Sumergidos por las deudas y amenazados con ser barridos por los devastadores impactos del calentamiento global, los pequeños Estados insulares señalaron el lunes a los países ricos por su responsabilidad en la crisis climática y exigieron su apoyo.

Los Pequeños estados insulares en desarrollo (PEID) “están en la primera línea de una batalla contra una confluencia de crisis que no provocaron ni crearon ellos”, afirmó el primer ministro de Antigua y Barbuda, Gaston Browne, anfitrión de una conferencia dedicada al futuro de estos Estados que se extiende hasta el jueves.

La principal de estas crisis: los desastres climáticos que se multiplican en un mundo que se acerca a un calentamiento de +1.5°C, el límite más ambicioso del Acuerdo de París de 2015.

“Los principales culpables del cambio climático han fracasado en sus obligaciones de limitar sus efectos, perjudicando gravemente a los PEID y a nuestro planeta en general”, insistió Gaston Browne.

“La crisis climática nos destruirá a todos”, pero “el mundo está tomándose su tiempo mientras nosotros sufrimos, es injusto”, añadió el presidente de las Seychelles, Wavel Ramkalawan.

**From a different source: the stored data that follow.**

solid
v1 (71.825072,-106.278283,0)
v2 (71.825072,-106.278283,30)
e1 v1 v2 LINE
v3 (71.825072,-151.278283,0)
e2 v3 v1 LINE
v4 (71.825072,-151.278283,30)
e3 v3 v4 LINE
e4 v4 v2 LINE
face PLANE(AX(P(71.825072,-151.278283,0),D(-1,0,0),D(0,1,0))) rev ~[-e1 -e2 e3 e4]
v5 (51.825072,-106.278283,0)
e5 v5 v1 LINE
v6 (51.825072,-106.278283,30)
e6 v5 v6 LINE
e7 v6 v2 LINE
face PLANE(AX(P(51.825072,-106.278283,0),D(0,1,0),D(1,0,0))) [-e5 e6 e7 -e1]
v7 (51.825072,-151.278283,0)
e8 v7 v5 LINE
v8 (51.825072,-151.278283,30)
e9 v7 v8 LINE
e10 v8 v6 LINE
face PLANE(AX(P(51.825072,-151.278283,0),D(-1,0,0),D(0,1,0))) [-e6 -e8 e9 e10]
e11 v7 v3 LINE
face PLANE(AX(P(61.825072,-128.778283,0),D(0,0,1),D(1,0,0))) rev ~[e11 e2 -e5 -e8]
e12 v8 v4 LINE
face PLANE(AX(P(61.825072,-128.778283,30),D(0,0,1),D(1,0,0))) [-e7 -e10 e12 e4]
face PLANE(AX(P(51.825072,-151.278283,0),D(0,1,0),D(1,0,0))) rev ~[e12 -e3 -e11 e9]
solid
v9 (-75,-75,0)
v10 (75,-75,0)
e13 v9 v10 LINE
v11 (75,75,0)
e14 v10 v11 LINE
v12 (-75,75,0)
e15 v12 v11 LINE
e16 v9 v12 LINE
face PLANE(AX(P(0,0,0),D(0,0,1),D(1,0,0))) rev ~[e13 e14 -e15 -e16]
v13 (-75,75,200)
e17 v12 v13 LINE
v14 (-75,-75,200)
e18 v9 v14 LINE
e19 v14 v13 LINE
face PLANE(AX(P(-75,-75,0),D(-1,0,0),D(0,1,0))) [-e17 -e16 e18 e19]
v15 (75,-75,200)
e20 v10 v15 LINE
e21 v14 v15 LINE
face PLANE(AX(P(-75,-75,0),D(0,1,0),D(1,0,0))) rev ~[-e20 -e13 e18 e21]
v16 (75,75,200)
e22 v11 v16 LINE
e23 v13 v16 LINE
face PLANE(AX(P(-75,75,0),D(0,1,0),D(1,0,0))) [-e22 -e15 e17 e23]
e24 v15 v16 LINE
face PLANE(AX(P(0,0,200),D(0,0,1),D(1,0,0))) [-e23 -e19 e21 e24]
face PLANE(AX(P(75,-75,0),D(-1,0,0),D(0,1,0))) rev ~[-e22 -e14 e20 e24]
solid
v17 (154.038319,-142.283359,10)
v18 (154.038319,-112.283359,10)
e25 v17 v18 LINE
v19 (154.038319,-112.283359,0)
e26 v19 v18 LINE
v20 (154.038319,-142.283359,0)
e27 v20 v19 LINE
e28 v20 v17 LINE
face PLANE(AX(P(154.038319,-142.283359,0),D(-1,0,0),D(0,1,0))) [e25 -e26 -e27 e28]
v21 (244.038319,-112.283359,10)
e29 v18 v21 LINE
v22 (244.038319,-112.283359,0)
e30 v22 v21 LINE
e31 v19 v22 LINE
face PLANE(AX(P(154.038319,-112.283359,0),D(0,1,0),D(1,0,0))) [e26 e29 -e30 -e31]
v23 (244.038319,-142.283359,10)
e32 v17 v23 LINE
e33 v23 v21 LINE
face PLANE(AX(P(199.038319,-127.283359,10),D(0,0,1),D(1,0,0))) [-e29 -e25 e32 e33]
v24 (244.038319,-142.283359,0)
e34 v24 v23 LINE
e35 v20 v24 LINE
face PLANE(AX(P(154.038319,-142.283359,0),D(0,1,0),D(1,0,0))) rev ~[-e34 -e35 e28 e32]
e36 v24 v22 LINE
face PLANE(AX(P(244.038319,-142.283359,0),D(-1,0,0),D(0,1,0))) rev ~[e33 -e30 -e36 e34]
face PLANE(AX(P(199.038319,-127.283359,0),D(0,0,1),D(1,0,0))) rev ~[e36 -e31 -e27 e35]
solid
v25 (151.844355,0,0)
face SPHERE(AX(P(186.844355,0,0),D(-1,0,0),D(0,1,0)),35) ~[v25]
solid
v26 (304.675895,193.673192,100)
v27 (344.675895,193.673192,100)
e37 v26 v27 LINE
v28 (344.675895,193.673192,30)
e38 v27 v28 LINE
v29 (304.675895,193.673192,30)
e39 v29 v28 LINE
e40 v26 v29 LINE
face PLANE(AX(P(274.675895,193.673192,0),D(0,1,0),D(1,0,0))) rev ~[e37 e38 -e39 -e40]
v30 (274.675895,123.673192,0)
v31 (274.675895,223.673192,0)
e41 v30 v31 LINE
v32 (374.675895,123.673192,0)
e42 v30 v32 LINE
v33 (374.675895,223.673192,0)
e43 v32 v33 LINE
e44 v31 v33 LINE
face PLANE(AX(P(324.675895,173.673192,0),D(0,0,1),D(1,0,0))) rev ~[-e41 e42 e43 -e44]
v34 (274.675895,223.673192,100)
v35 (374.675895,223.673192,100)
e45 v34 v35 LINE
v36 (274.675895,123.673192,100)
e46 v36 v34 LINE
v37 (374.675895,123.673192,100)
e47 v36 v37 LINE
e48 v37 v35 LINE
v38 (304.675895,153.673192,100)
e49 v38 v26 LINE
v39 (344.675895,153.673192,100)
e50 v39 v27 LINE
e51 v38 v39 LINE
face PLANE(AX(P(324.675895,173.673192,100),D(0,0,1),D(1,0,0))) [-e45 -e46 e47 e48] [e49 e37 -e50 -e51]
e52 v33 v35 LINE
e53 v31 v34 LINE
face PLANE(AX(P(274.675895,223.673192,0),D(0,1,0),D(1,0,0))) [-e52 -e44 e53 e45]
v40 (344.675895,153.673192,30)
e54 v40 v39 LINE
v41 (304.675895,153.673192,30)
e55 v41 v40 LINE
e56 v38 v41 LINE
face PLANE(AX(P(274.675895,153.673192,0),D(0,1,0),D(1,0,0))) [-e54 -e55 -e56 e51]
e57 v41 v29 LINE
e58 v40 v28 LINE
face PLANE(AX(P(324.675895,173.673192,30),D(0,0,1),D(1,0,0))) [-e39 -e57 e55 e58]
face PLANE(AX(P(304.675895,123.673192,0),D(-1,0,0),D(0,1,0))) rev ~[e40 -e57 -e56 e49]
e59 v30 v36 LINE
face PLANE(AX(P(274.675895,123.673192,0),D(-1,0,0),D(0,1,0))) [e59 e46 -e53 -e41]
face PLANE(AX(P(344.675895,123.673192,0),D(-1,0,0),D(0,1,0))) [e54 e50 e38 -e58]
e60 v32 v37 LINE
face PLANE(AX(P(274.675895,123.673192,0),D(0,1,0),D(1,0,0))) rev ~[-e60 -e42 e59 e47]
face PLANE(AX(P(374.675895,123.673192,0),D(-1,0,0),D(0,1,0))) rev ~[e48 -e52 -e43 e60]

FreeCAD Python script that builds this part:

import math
import FreeCAD as App
import Part
import Sketcher
from FreeCAD import Vector
Q = App.Units.Quantity


def faces_at(feature, points):
    """Names of the faces that lie closest to the given points."""
    faces = feature.Shape.Faces
    near = lambda p: min(range(len(faces)), key=lambda i: faces[i].distToShape(Part.Vertex(*p))[0])
    return sorted({f"Face{near(p) + 1}" for p in points})


def add_polygon(sketch, points):
    """Adds a closed chain of lines whose ends are joined by coincident constraints."""
    first, n = sketch.GeometryCount, len(points)
    for a, b in zip(points, points[1:] + points[:1]):
        sketch.addGeometry(Part.LineSegment(App.Vector(*a, 0), App.Vector(*b, 0)), False)
    for i in range(n):
        sketch.addConstraint(Sketcher.Constraint("Coincident", first + i, 2, first + (i + 1) % n, 1))

doc = App.newDocument("Part")
params = doc.addObject("Spreadsheet::Sheet", "Params")
for row, (alias, value) in enumerate([
    ("sketch1_width", "150 mm"),
    ("pad1_length", "200 mm"),
    ("sketch2_radius", "35 mm"),
    ("revolution_angle", "360 deg"),
    ("sketch3_width", "20 mm"),
    ("sketch3_height", "45 mm"),
    ("pad2_length", "30 mm"),
    ("sketch4_width", "90 mm"),
    ("sketch4_height", "30 mm"),
    ("pad3_length", "10 mm"),
    ("sketch5_width", "100 mm"),
    ("pad4_length", "100 mm"),
    ("thickness_wall", "30 mm"),
], start=1):
    params.set(f"A{row}", alias)
    params.set(f"B{row}", "=" + value)
    params.setAlias(f"B{row}", alias)

body = doc.addObject("PartDesign::Body", "Body")

# Sketch on XY plane
sketch1 = body.newObject("Sketcher::SketchObject", "Sketch")
sketch1.AttachmentSupport = (doc.getObject("XY_Plane"), [""])
sketch1.MapMode = "FlatFace"
add_polygon(sketch1, [(-75, 75), (-75, -75), (75, -75), (75, 75)])  # lines 0-3
sketch1.addConstraint([
    Sketcher.Constraint("Vertical", 0),
    Sketcher.Constraint("Horizontal", 1),
    Sketcher.Constraint("Vertical", 2),
    Sketcher.Constraint("Horizontal", 3),
    Sketcher.Constraint("Symmetric", 0, 2, 2, 2, -1, 1),
    Sketcher.Constraint("Equal", 3, 0),
    Sketcher.Constraint("DistanceX", 1, 1, 1, 2, Q("150 mm")),
])
sketch1.setExpression("Constraints[10]", "Params.sketch1_width")
pad1 = body.newObject("PartDesign::Pad", "Pad")
pad1.Profile = sketch1
pad1.setExpression("Length", "Params.pad1_length")
body2 = doc.addObject("PartDesign::Body", "Body001")

# Sketch on XY plane
sketch2 = body2.newObject("Sketcher::SketchObject", "Sketch001")
sketch2.AttachmentSupport = (doc.getObject("XY_Plane001"), [""])
sketch2.MapMode = "FlatFace"
sketch2.addGeometry([
    Part.ArcOfCircle(Part.Circle(Vector(187, 0, 0), Vector(0, 0, 1), 35), math.radians(0), math.radians(180)),
    Part.LineSegment(Vector(152, 0, 0), Vector(222, 0, 0)),
], False)
sketch2.addConstraint([
    Sketcher.Constraint("Coincident", 0, 1, 1, 2),
    Sketcher.Constraint("Coincident", 1, 1, 0, 2),
    Sketcher.Constraint("Horizontal", 1),
    Sketcher.Constraint("PointOnObject", 0, 3, -1),
    Sketcher.Constraint("PointOnObject", 0, 1, -1),
    Sketcher.Constraint("Radius", 0, Q("35 mm")),
    Sketcher.Constraint("DistanceX", -1, 1, 0, 3, Q("186.844355 mm")),
])
sketch2.setExpression("Constraints[5]", "Params.sketch2_radius")
revolution = body2.newObject("PartDesign::Revolution", "Revolution")
revolution.Profile = sketch2
revolution.ReferenceAxis = (sketch2, ["H_Axis"])
revolution.setExpression("Angle", "Params.revolution_angle")
body3 = doc.addObject("PartDesign::Body", "Body002")

# Sketch on XY plane
sketch3 = body3.newObject("Sketcher::SketchObject", "Sketch002")
sketch3.AttachmentSupport = (doc.getObject("XY_Plane002"), [""])
sketch3.MapMode = "FlatFace"
add_polygon(sketch3, [(52, -106), (52, -151), (72, -151), (72, -106)])  # lines 0-3
sketch3.addConstraint([
    Sketcher.Constraint("Vertical", 0),
    Sketcher.Constraint("Horizontal", 1),
    Sketcher.Constraint("Vertical", 2),
    Sketcher.Constraint("Horizontal", 3),
    Sketcher.Constraint("DistanceX", 1, 1, 1, 2, Q("20 mm")),
    Sketcher.Constraint("DistanceY", 0, 2, 0, 1, Q("45 mm")),
    Sketcher.Constraint("DistanceX", -1, 1, 0, 2, Q("51.825072 mm")),
    Sketcher.Constraint("DistanceY", 0, 2, -1, 1, Q("151.278283 mm")),
])
sketch3.setExpression("Constraints[8]", "Params.sketch3_width")
sketch3.setExpression("Constraints[9]", "Params.sketch3_height")
pad2 = body3.newObject("PartDesign::Pad", "Pad001")
pad2.Profile = sketch3
pad2.setExpression("Length", "Params.pad2_length")
body4 = doc.addObject("PartDesign::Body", "Body003")

# Sketch on XY plane
sketch4 = body4.newObject("Sketcher::SketchObject", "Sketch003")
sketch4.AttachmentSupport = (doc.getObject("XY_Plane003"), [""])
sketch4.MapMode = "FlatFace"
add_polygon(sketch4, [(154, -112), (154, -142), (244, -142), (244, -112)])  # lines 0-3
sketch4.addConstraint([
    Sketcher.Constraint("Vertical", 0),
    Sketcher.Constraint("Horizontal", 1),
    Sketcher.Constraint("Vertical", 2),
    Sketcher.Constraint("Horizontal", 3),
    Sketcher.Constraint("DistanceX", 1, 1, 1, 2, Q("90 mm")),
    Sketcher.Constraint("DistanceY", 0, 2, 0, 1, Q("30 mm")),
    Sketcher.Constraint("DistanceX", -1, 1, 0, 2, Q("154.038319 mm")),
    Sketcher.Constraint("DistanceY", 0, 2, -1, 1, Q("142.283359 mm")),
])
sketch4.setExpression("Constraints[8]", "Params.sketch4_width")
sketch4.setExpression("Constraints[9]", "Params.sketch4_height")
pad3 = body4.newObject("PartDesign::Pad", "Pad002")
pad3.Profile = sketch4
pad3.setExpression("Length", "Params.pad3_length")
body5 = doc.addObject("PartDesign::Body", "Body004")

# Sketch on XY plane
sketch5 = body5.newObject("Sketcher::SketchObject", "Sketch004")
sketch5.AttachmentSupport = (doc.getObject("XY_Plane004"), [""])
sketch5.MapMode = "FlatFace"
add_polygon(sketch5, [(275, 224), (275, 124), (375, 124), (375, 224)])  # lines 0-3
sketch5.addConstraint([
    Sketcher.Constraint("Vertical", 0),
    Sketcher.Constraint("Horizontal", 1),
    Sketcher.Constraint("Vertical", 2),
    Sketcher.Constraint("Horizontal", 3),
    Sketcher.Constraint("Equal", 3, 0),
    Sketcher.Constraint("DistanceX", 1, 1, 1, 2, Q("100 mm")),
    Sketcher.Constraint("DistanceY", -1, 1, 0, 2, Q("123.673192 mm")),
    Sketcher.Constraint("DistanceX", -1, 1, 0, 2, Q("274.675895 mm")),
])
sketch5.setExpression("Constraints[9]", "Params.sketch5_width")
pad4 = body5.newObject("PartDesign::Pad", "Pad003")
pad4.Profile = sketch5
pad4.setExpression("Length", "Params.pad4_length")
doc.recompute()

thickness = body5.newObject("PartDesign::Thickness", "Thickness")
thickness.Base = (pad4, faces_at(pad4, [(324.676, 173.673, 100)]))
thickness.setExpression("Value", "Params.thickness_wall")
thickness.Reversed = True
thickness.Join = "Arc"

doc.recompute()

En el Caribe, en el océano Pacífico o en el Índico, estos Estados que cuentan en total con 65 millones de habitantes enfrentan desde hace tiempo desafíos específicos que los vuelven particularmente sensibles a los choques externos: una población esparcida, aislamiento geográfico y economías poco diversificadas y dependientes de las importaciones.

A estas dificultades se suma una vulnerabilidad excepcional ante los crecientes impactos del calentamiento climático, del cual no son responsables: sequías, inundaciones, huracanes y aumento del nivel del mar que amenaza literalmente con borrar del mapa a algunos de ellos.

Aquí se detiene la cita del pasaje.